The New Bailout: Individual Health Insurance Mandates and Greater Personal Debt

[courtesy of California Progress Report]

0306_RoseAnnDeMoro_6104_w.gifBy Rose Ann DeMoro
Executive Director
California Nurses Association

Behind the escalating debate on the health care between Senators Hillary Clinton and Barack Obama on individual mandate – she’s for it, he’s against it – is a critical policy battle that not only cuts across healthcare reform but also the neo-liberal privatization dreams, the home mortgage crisis, and the recession that is no longer looming, it’s here.

Sound farfetched? Take a closer look, starting with the millions of Americans staring at the loss of their homes due to the subprime loan debacle. It’s not a loan or a mortgage crisis for those families; it’s a debt crisis being forced upon them by the banks, hedge funds, and insurers who are desperate to shift their own mammoth debt onto someone else.

Banking, other financial institutions, insurance and real estate which make up the finance sector, now account for about half of U.S. corporate profits. And, they are in trouble with more than $2.5 trillion in outstanding consumer credit, $800 billion of that in credit card debt, and another $10.1 trillion in domestic mortgage debt.

Being thrifty won’t solve that problem. The financial planners have identified two lucrative pots of money. Trading carbon credits for industries and employers that want to brand themselves as green while continuing to pollute. And, making a killing in healthcare, currently 16 percent of our national economic pie and rapidly growing.

The banks are already into healthcare in a big way, serving as a repository for health savings accounts and other tax credit schemes so beloved by the Bush administration and the Republican presidential candidates. But the financiers would like more.

Enter the neo-liberal think tanks and policy wonks and plans they hawk to expand the reach of the market, especially the financial market, in health care. Central to that approach is shotgun insurance, forcing everyone not currently covered to buy health insurance policies.

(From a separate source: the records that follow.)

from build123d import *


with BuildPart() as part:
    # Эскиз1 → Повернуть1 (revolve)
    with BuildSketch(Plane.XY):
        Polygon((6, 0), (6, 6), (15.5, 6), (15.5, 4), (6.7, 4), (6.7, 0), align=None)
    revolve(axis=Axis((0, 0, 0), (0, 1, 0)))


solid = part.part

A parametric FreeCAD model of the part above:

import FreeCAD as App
import Part
import Sketcher
Q = App.Units.Quantity

doc = App.newDocument("Part")
params = doc.addObject("Spreadsheet::Sheet", "Params")
for row, (alias, value) in enumerate([
    ("sketch1_height", "6 mm"),
    ("sketch1_height2", "4 mm"),
    ("sketch1_width", "0.7 mm"),
    ("sketch1_width2", "8.8 mm"),
    ("revolution_angle", "360 deg"),
], start=1):
    params.set(f"A{row}", alias)
    params.set(f"B{row}", "=" + value)
    params.setAlias(f"B{row}", alias)

body = doc.addObject("PartDesign::Body", "Body")

sketch1 = body.newObject("Sketcher::SketchObject", "Sketch")
sketch1.AttachmentSupport = (doc.getObject("XY_Plane"), [""])
sketch1.MapMode = "FlatFace"
sketch1.addGeometry(Part.LineSegment(App.Vector(6, 6, 0), App.Vector(6, 0, 0)), False)
sketch1.addGeometry(Part.LineSegment(App.Vector(6, 0, 0), App.Vector(6.7, 0, 0)), False)
sketch1.addGeometry(Part.LineSegment(App.Vector(6.7, 0, 0), App.Vector(6.7, 4, 0)), False)
sketch1.addGeometry(Part.LineSegment(App.Vector(6.7, 4, 0), App.Vector(15.5, 4, 0)), False)
sketch1.addGeometry(Part.LineSegment(App.Vector(15.5, 4, 0), App.Vector(15.5, 6, 0)), False)
sketch1.addGeometry(Part.LineSegment(App.Vector(15.5, 6, 0), App.Vector(6, 6, 0)), False)
sketch1.addConstraint(Sketcher.Constraint("Coincident", 0, 2, 1, 1))
sketch1.addConstraint(Sketcher.Constraint("Coincident", 1, 2, 2, 1))
sketch1.addConstraint(Sketcher.Constraint("Coincident", 2, 2, 3, 1))
sketch1.addConstraint(Sketcher.Constraint("Coincident", 3, 2, 4, 1))
sketch1.addConstraint(Sketcher.Constraint("Coincident", 4, 2, 5, 1))
sketch1.addConstraint(Sketcher.Constraint("Coincident", 5, 2, 0, 1))
sketch1.addConstraint(Sketcher.Constraint("Vertical", 0))
sketch1.addConstraint(Sketcher.Constraint("Horizontal", 1))
sketch1.addConstraint(Sketcher.Constraint("Vertical", 2))
sketch1.addConstraint(Sketcher.Constraint("Horizontal", 3))
sketch1.addConstraint(Sketcher.Constraint("Vertical", 4))
sketch1.addConstraint(Sketcher.Constraint("Horizontal", 5))
sketch1.addConstraint(Sketcher.Constraint("PointOnObject", 0, 2, -1))
sketch1.addConstraint(Sketcher.Constraint("DistanceY", 0, 2, 0, 1, Q("6 mm")))
sketch1.addConstraint(Sketcher.Constraint("DistanceY", 2, 1, 2, 2, Q("4 mm")))
sketch1.addConstraint(Sketcher.Constraint("DistanceX", 1, 1, 1, 2, Q("0.7 mm")))
sketch1.addConstraint(Sketcher.Constraint("DistanceX", 3, 1, 3, 2, Q("8.8 mm")))
sketch1.addConstraint(Sketcher.Constraint("DistanceX", -1, 1, 0, 2, Q("6 mm")))
sketch1.setExpression("Constraints[13]", "Params.sketch1_height")
sketch1.setExpression("Constraints[14]", "Params.sketch1_height2")
sketch1.setExpression("Constraints[15]", "Params.sketch1_width")
sketch1.setExpression("Constraints[16]", "Params.sketch1_width2")
revolution = body.newObject("PartDesign::Revolution", "Revolution")
revolution.Profile = sketch1
revolution.ReferenceAxis = (sketch1, ["V_Axis"])
revolution.setExpression("Angle", "Params.revolution_angle")

doc.recompute()
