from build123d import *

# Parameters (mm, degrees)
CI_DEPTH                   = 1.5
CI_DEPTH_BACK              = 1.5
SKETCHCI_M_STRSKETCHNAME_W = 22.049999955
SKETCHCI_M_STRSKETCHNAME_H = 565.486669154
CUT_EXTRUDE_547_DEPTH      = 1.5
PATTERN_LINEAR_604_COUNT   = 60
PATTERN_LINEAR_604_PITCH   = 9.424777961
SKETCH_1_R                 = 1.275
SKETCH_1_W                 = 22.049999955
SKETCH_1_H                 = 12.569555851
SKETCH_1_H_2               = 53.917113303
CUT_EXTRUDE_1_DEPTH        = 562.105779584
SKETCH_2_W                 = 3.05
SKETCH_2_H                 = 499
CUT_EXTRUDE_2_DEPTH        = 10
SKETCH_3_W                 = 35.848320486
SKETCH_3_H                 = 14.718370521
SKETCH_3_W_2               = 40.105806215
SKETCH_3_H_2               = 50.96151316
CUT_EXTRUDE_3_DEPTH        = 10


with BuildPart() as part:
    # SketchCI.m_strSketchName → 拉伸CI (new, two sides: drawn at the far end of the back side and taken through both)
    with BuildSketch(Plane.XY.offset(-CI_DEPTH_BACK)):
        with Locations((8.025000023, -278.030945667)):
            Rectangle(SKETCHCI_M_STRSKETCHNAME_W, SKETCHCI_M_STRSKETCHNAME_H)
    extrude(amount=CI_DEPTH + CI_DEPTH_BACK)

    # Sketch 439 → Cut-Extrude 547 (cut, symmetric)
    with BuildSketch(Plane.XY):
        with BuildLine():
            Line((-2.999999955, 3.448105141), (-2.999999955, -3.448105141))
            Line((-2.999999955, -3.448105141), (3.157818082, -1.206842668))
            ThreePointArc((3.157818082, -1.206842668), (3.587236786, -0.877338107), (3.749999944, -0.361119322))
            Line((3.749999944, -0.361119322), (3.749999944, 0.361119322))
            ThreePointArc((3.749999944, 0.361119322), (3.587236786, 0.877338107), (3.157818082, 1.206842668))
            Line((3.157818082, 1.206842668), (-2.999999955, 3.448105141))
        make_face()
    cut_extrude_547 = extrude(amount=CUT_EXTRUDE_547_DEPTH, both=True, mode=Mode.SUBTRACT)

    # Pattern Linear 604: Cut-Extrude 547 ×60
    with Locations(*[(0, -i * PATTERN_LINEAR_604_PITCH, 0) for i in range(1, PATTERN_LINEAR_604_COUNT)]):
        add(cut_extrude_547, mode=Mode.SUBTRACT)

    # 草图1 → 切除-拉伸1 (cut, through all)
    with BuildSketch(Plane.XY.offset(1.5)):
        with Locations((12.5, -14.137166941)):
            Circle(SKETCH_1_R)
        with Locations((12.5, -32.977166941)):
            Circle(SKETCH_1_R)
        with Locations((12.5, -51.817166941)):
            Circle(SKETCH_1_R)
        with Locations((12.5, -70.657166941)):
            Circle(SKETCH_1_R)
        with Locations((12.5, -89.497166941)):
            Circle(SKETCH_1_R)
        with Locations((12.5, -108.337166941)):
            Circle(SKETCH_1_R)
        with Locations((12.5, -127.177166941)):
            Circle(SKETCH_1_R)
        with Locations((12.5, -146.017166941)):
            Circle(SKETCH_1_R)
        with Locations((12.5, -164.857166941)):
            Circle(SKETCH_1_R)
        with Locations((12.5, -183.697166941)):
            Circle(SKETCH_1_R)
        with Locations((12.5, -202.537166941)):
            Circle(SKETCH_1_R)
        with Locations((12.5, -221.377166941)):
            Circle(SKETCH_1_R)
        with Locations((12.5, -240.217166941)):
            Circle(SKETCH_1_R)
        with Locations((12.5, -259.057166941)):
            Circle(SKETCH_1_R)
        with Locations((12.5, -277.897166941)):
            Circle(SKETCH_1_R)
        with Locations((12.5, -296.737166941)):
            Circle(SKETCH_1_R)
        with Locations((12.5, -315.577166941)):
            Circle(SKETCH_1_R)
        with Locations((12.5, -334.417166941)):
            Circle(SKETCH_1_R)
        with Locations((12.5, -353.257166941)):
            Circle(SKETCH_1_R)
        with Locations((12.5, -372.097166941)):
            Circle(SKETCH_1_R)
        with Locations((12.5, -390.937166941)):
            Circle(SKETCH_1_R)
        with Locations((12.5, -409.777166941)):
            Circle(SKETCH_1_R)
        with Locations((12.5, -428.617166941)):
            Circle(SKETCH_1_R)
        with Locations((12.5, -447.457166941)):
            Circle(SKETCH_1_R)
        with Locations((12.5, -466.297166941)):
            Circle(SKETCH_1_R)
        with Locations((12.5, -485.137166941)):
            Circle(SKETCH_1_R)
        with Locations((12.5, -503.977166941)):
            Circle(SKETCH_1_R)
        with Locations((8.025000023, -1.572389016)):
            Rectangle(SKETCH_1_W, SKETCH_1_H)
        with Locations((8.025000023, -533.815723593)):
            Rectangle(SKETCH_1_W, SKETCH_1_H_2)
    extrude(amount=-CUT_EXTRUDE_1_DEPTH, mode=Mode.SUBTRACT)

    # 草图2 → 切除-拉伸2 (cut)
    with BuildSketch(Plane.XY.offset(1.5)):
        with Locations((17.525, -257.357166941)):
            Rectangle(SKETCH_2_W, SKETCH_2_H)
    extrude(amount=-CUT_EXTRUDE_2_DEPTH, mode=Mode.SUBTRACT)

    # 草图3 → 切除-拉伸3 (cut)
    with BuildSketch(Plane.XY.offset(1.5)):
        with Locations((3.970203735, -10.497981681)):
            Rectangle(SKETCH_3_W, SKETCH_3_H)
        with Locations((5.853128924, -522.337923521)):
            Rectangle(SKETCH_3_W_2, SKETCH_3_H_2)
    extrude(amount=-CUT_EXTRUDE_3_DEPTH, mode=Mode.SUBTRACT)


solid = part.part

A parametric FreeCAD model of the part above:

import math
import FreeCAD as App
import Part
import Sketcher
from FreeCAD import Vector
Q = App.Units.Quantity

doc = App.newDocument("Part")
body = doc.addObject("PartDesign::Body", "Body")

# Sketch on XY plane
sketch1 = body.newObject("Sketcher::SketchObject", "Sketch")
sketch1.AttachmentSupport = (doc.getObject("XY_Plane"), [""])
sketch1.MapMode = "FlatFace"
sketch1.addGeometry([
    Part.LineSegment(Vector(-3, 5, 0), Vector(-3, -561, 0)),
    Part.LineSegment(Vector(-3, -561, 0), Vector(19, -561, 0)),
    Part.LineSegment(Vector(19, -561, 0), Vector(19, 5, 0)),
    Part.LineSegment(Vector(19, 5, 0), Vector(-3, 5, 0)),
], False)
sketch1.addConstraint([
    Sketcher.Constraint("Coincident", 0, 2, 1, 1),
    Sketcher.Constraint("Coincident", 1, 2, 2, 1),
    Sketcher.Constraint("Coincident", 2, 2, 3, 1),
    Sketcher.Constraint("Coincident", 3, 2, 0, 1),
    Sketcher.Constraint("Vertical", 0),
    Sketcher.Constraint("Horizontal", 1),
    Sketcher.Constraint("Vertical", 2),
    Sketcher.Constraint("Horizontal", 3),
    Sketcher.Constraint("DistanceX", 0, 2, -1, 1, 3.0),
    Sketcher.Constraint("DistanceX", 1, 1, 1, 2, 22.05),
    Sketcher.Constraint("DistanceY", 0, 2, 0, 1, 565.486669),
    Sketcher.Constraint("DistanceY", 0, 2, -1, 1, 560.77428),
])
pad1 = body.newObject("PartDesign::Pad", "Pad")
pad1.Profile = sketch1
pad1.Type = "TwoLengths"
pad1.Length = 1.5
pad1.Length2 = 1.5

# Sketch on XY plane
sketch2 = body.newObject("Sketcher::SketchObject", "Sketch001")
sketch2.AttachmentSupport = (doc.getObject("XY_Plane"), [""])
sketch2.MapMode = "FlatFace"
sketch2.addGeometry([
    Part.LineSegment(Vector(-3, 3.4, 0), Vector(-3, -3.4, 0)),  # 0
    Part.LineSegment(Vector(-3, -3.4, 0), Vector(3.2, -1.2, 0)),  # 1
    Part.ArcOfCircle(Part.Circle(Vector(2.8, -0.4, 0), Vector(0, 0, 1), 0.9), math.radians(-70), math.radians(0)),  # 2
    Part.LineSegment(Vector(3.7, -0.4, 0), Vector(3.7, 0.4, 0)),  # 3
    Part.ArcOfCircle(Part.Circle(Vector(2.8, 0.4, 0), Vector(0, 0, 1), 0.9), math.radians(0), math.radians(70)),  # 4
    Part.LineSegment(Vector(3.2, 1.2, 0), Vector(-3, 3.4, 0)),  # 5
], False)
sketch2.addConstraint([
    Sketcher.Constraint("Coincident", 0, 2, 1, 1),
    Sketcher.Constraint("Tangent", 1, 2, 2, 1),
    Sketcher.Constraint("Tangent", 2, 2, 3, 1),
    Sketcher.Constraint("Tangent", 3, 2, 4, 1),
    Sketcher.Constraint("Tangent", 4, 2, 5, 1),
    Sketcher.Constraint("Coincident", 5, 2, 0, 1),
    Sketcher.Constraint("Vertical", 0),
    Sketcher.Constraint("Vertical", 3),
    Sketcher.Constraint("Equal", 2, 4),
    Sketcher.Constraint("Symmetric", 1, 2, 4, 2, -1),
    Sketcher.Constraint("Radius", 2, 0.9),
    Sketcher.Constraint("Angle", 1, Q("20 deg")),
    Sketcher.Constraint("DistanceX", 0, 2, -1, 1, 3.0),
    Sketcher.Constraint("DistanceX", -1, 1, 2, 3, 2.85),
    Sketcher.Constraint("DistanceY", 0, 2, 0, 1, 6.89621),
])
pocket1 = body.newObject("PartDesign::Pocket", "Pocket")
pocket1.Profile = sketch2
pocket1.Length = 3
pocket1.Midplane = True
doc.recompute()

linearpattern = body.newObject("PartDesign::LinearPattern", "LinearPattern")
linearpattern.Originals = [pocket1]
linearpattern.Direction = (doc.getObject("Y_Axis"), [""])
linearpattern.Mode = "offset"
linearpattern.Offset = 9.424778
linearpattern.Occurrences = 60
linearpattern.Reversed = True
body.Tip = linearpattern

Compelling people to buy insurance, however, is not the easiest sell. Big insurers and HMOs have a well deserved bad reputation for heartless denials of care – that’s how they make money. And, it’s pricey. Premiums the past decade have gone up 87 percent, not to mention the ever climbing bills for deductibles, co-pays, and a host of other transaction fees.

The finance industry is over the moon with this scheme.